On Florida’s east coast, at West Palm Beach, they had contemplated relocating. “It’s actually a good thing we didn’t, because they had, I believe, nine tornadoes before the storm even reached land,” Lewellen remarked.

“The day before, we were both calling the hospital and seeing if there was any way we can just check in,” she said. “But obviously during a storm, they don’t just let people come stay here, because they’re not a shelter.”


After Lewellen labored for 4½ hours at home, the couple traveled to Sarasota Memorial Hospital in Venice.


“My mom was driving us, and it was extremely windy, so we were trying to be as cautious as possible,” Lewellen said. “There was not really many people on the roads, because it was so windy outside and it was raining quite a bit.”

When they arrived, only one person could accompany her inside the hospital. So, Lewellen had to say goodbye to her mother.


“I was very, very upset that my mom couldn’t stay, because she is my best friend and one of my biggest supporters,” she said. But “we were able to FaceTime pretty much the entire time.”

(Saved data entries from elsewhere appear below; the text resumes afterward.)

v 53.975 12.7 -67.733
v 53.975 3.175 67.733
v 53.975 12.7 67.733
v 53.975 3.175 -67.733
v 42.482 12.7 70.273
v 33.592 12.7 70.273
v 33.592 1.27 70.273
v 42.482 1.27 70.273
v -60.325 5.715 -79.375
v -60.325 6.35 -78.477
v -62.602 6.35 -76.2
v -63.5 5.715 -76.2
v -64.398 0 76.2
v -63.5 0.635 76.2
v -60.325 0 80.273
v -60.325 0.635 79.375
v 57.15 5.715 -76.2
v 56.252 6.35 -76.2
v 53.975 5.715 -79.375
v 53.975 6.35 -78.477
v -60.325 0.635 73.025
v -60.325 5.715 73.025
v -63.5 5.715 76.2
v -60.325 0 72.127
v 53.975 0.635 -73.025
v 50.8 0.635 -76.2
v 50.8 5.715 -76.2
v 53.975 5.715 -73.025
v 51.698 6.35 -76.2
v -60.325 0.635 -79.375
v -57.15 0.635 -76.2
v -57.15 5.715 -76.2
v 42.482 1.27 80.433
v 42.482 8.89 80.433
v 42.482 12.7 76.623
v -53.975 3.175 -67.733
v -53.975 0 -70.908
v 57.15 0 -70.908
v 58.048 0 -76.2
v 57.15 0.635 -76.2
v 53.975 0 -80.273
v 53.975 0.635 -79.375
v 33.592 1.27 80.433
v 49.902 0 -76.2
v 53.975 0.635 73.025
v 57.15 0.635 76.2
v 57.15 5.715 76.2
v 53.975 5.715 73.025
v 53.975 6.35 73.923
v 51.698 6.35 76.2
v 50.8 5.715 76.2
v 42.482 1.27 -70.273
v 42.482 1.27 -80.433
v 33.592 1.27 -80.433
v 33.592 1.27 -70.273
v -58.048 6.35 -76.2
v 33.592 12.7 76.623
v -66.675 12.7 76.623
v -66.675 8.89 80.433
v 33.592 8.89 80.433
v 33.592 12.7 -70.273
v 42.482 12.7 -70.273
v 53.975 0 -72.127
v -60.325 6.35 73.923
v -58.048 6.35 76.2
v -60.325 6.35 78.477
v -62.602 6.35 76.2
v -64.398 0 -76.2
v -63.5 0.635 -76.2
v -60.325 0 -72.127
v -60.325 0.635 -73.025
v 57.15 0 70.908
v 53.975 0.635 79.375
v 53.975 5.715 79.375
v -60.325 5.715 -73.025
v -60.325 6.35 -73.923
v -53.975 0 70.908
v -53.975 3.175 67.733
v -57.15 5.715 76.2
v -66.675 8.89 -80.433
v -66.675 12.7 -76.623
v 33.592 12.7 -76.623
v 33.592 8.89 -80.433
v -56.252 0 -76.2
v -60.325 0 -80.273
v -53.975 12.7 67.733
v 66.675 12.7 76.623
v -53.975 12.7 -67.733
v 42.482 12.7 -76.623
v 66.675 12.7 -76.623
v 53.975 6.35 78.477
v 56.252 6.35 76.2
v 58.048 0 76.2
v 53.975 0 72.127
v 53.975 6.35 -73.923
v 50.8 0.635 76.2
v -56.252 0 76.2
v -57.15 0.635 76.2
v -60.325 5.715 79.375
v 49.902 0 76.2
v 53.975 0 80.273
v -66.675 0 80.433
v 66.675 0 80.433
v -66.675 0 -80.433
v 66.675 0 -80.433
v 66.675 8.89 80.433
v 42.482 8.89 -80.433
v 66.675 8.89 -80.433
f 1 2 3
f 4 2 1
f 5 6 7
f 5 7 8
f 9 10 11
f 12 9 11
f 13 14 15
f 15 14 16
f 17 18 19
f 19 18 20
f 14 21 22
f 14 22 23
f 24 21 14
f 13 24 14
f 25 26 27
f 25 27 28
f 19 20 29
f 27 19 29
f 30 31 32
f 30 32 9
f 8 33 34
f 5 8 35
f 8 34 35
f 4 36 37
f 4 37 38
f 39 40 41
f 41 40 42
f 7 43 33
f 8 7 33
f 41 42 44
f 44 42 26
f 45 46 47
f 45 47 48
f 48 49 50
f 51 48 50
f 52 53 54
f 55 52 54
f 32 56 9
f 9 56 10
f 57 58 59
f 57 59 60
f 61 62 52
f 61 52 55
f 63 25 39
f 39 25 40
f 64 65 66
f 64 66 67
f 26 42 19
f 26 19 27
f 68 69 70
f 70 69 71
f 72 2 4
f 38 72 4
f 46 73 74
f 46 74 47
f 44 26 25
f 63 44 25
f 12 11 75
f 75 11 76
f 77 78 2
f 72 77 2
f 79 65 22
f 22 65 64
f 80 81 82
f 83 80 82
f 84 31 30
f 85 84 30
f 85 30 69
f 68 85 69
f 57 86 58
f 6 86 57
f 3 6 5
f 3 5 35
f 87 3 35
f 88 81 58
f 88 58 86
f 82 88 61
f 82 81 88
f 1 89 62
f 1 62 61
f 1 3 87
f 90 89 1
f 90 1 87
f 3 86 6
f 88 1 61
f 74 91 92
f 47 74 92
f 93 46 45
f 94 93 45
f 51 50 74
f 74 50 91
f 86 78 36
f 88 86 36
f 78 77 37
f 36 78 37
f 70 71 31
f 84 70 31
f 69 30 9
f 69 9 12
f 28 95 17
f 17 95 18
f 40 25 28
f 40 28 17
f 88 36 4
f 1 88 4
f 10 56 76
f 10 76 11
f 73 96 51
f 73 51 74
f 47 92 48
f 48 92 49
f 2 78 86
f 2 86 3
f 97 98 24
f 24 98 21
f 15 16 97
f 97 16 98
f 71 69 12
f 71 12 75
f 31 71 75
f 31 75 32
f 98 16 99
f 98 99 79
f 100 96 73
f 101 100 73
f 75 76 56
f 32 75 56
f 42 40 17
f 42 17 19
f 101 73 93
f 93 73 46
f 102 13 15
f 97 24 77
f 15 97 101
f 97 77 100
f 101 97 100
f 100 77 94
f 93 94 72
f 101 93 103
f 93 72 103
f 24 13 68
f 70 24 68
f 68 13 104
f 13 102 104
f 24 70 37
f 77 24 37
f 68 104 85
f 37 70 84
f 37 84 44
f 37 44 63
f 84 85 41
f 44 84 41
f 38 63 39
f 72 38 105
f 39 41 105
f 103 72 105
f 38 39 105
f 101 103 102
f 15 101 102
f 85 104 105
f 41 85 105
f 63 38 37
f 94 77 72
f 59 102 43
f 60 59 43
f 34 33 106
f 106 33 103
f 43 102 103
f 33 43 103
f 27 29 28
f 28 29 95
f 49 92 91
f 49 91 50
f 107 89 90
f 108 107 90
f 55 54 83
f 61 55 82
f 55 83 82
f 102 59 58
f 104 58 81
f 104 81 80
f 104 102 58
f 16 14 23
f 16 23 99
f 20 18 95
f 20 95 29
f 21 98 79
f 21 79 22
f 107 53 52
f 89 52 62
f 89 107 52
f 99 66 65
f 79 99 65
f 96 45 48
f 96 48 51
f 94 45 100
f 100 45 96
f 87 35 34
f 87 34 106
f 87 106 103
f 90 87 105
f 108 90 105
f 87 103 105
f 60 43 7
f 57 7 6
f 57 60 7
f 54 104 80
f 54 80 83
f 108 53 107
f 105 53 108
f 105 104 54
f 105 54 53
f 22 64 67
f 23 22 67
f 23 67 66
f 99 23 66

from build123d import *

# Parameters (mm, degrees)
SKETCH2_W           = 133.35
SKETCH2_H           = 160.866666666
SKETCH2_W_2         = 107.95
SKETCH2_H_2         = 135.466666666
BOSS_EXTRUDE1_DEPTH = 12.7
CUT_EXTRUDE1_DEPTH  = 6.35
CHAMFER4_SIZE       = 3.81
CHAMFER1_SIZE       = 0.635
CHAMFER2_SIZE       = 3.175
SKETCH4_W           = 8.89
SKETCH4_H           = 11.43
CUT_EXTRUDE2_DEPTH  = 10.16
SKETCH5_W           = 8.89
SKETCH5_H           = 11.43
CUT_EXTRUDE3_DEPTH  = 10.16


with BuildPart() as part:
    # Sketch2 → Boss-Extrude1 (new body)
    with BuildSketch(Plane(origin=(0, 0, 0), x_dir=(1, 0, 0), z_dir=(0, 1, 0))):
        Rectangle(SKETCH2_W, SKETCH2_H)
        Rectangle(SKETCH2_W_2, SKETCH2_H_2, mode=Mode.SUBTRACT)
    extrude(amount=BOSS_EXTRUDE1_DEPTH)

    # Sketch3 → Cut-Extrude1 (cut)
    with BuildSketch(Plane.XZ):
        Polygon((-57.15, 76.2), (-60.325, 73.025), (-63.5, 76.2), (-60.325, 79.375), align=None)
        Polygon((57.15, 76.2), (53.975, 73.025), (50.8, 76.2), (53.975, 79.375), align=None)
        Polygon((57.15, -76.2), (53.975, -79.375), (50.8, -76.2), (53.975, -73.025), align=None)
        Polygon((-57.15, -76.2), (-60.325, -79.375), (-63.5, -76.2), (-60.325, -73.025), align=None)
    extrude(amount=-CUT_EXTRUDE1_DEPTH, mode=Mode.SUBTRACT)

    # Chamfer4
    chamfer4_edges = [part.edges().sort_by_distance(p)[0] for p in [
        (0, 12.7, -80.433333333),
        (0, 12.7, 80.433333333),
    ]]
    chamfer(chamfer4_edges, length=CHAMFER4_SIZE)

    # Chamfer1
    chamfer1_edges = [part.edges().sort_by_distance(p)[0] for p in [
        (-58.7375, 6.35, -74.6125),
        (-58.7375, 6.35, -77.7875),
        (-61.9125, 6.35, -77.7875),
        (-61.9125, 6.35, -74.6125),
        (-58.7375, 0, -74.6125),
        (-61.9125, 0, -74.6125),
        (-61.9125, 0, -77.7875),
        (-58.7375, 0, -77.7875),
        (55.5625, 6.35, -74.6125),
        (55.5625, 6.35, -77.7875),
        (52.3875, 6.35, -77.7875),
        (52.3875, 6.35, -74.6125),
        (55.5625, 0, -74.6125),
        (52.3875, 0, -74.6125),
        (52.3875, 0, -77.7875),
        (55.5625, 0, -77.7875),
        (55.5625, 6.35, 77.7875),
        (55.5625, 6.35, 74.6125),
        (52.3875, 6.35, 74.6125),
        (52.3875, 6.35, 77.7875),
        (55.5625, 0, 77.7875),
        (52.3875, 0, 77.7875),
        (52.3875, 0, 74.6125),
        (55.5625, 0, 74.6125),
        (-58.7375, 6.35, 77.7875),
        (-58.7375, 6.35, 74.6125),
        (-61.9125, 6.35, 74.6125),
        (-61.9125, 6.35, 77.7875),
        (-58.7375, 0, 77.7875),
        (-61.9125, 0, 77.7875),
        (-61.9125, 0, 74.6125),
        (-58.7375, 0, 74.6125),
    ]]
    chamfer(chamfer1_edges, length=CHAMFER1_SIZE)

    # Chamfer2
    chamfer2_edges = [part.edges().sort_by_distance(p)[0] for p in [
        (53.975, 0, 0),
        (0, 0, -67.733333333),
        (0, 0, 67.733333333),
    ]]
    chamfer(chamfer2_edges, length=CHAMFER2_SIZE)

    # Sketch4 → Cut-Extrude2 (cut)
    with BuildSketch(Plane.XY.offset(80.433333333)):
        with Locations((38.0365, 6.985)):
            Rectangle(SKETCH4_W, SKETCH4_H)
    extrude(amount=-CUT_EXTRUDE2_DEPTH, mode=Mode.SUBTRACT)

    # Sketch5 → Cut-Extrude3 (cut)
    with BuildSketch(Plane(origin=(0, 0, -80.433333333), x_dir=(-1, 0, 0), z_dir=(0, 0, -1))):
        with Locations((-38.0365, 6.985)):
            Rectangle(SKETCH5_W, SKETCH5_H)
    extrude(amount=-CUT_EXTRUDE3_DEPTH, mode=Mode.SUBTRACT)


solid = part.part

“My mom and my aunt, they are extremely capable of taking care of themselves.” But, still, “I was very hopeful that everything would be OK for them,” she said.


She went through labor in a room with a window view of the devastation the hurricane unleashed as it pounded Sarasota but her man Bennett was by her side.


“I was telling him, I’m like, ‘Oh, that tree looks like it’s going to fly out of the ground!’ when I was laboring, because we were just watching the storm and the wind and the rain go crazy. It was definitely intense out there last night.” she said.


“And it actually did uproot,” Bennett added.


After having been in labor for hours, the doctor told Lewellen the baby was in the wrong position, and she would need a cesarean section.


“I had so much going through my head at that point, a storm and my family,” she said in an interview over Zoom Thursday.


“I was just on my own, by myself, and I was very scared. If I didn’t have the doctors and the nurses that I had, it would have been a whole lot worse,” she said.


In a statement Thursday, David Verinder, CEO of Sarasota Memorial Health Care System, said: “We couldn’t be prouder of our team. They left their homes and many left their families to be here for our patients and community.”


Along with Kenzie and Dewey’s little boy, six other babies were born at the two Sarasota Memorial hospitals during Milton, Verinder said.

 


At 11:45 p.m, Dewey Lester Bennett, IV, was born, a healthy 8-pound boy.

 

“It is the most indescribable feeling. He’s a part of you and also part of the person you love.” Lewellen said.


Bennett said: “My cheeks hurt because I haven’t stopped smiling. It was great.”


“I’m probably going to give him a hard time for being so stubborn,” Lewellen joked. Some people have joked that his nickname should be Milton, she said.


“He is a miracle baby,” she said, holding him up.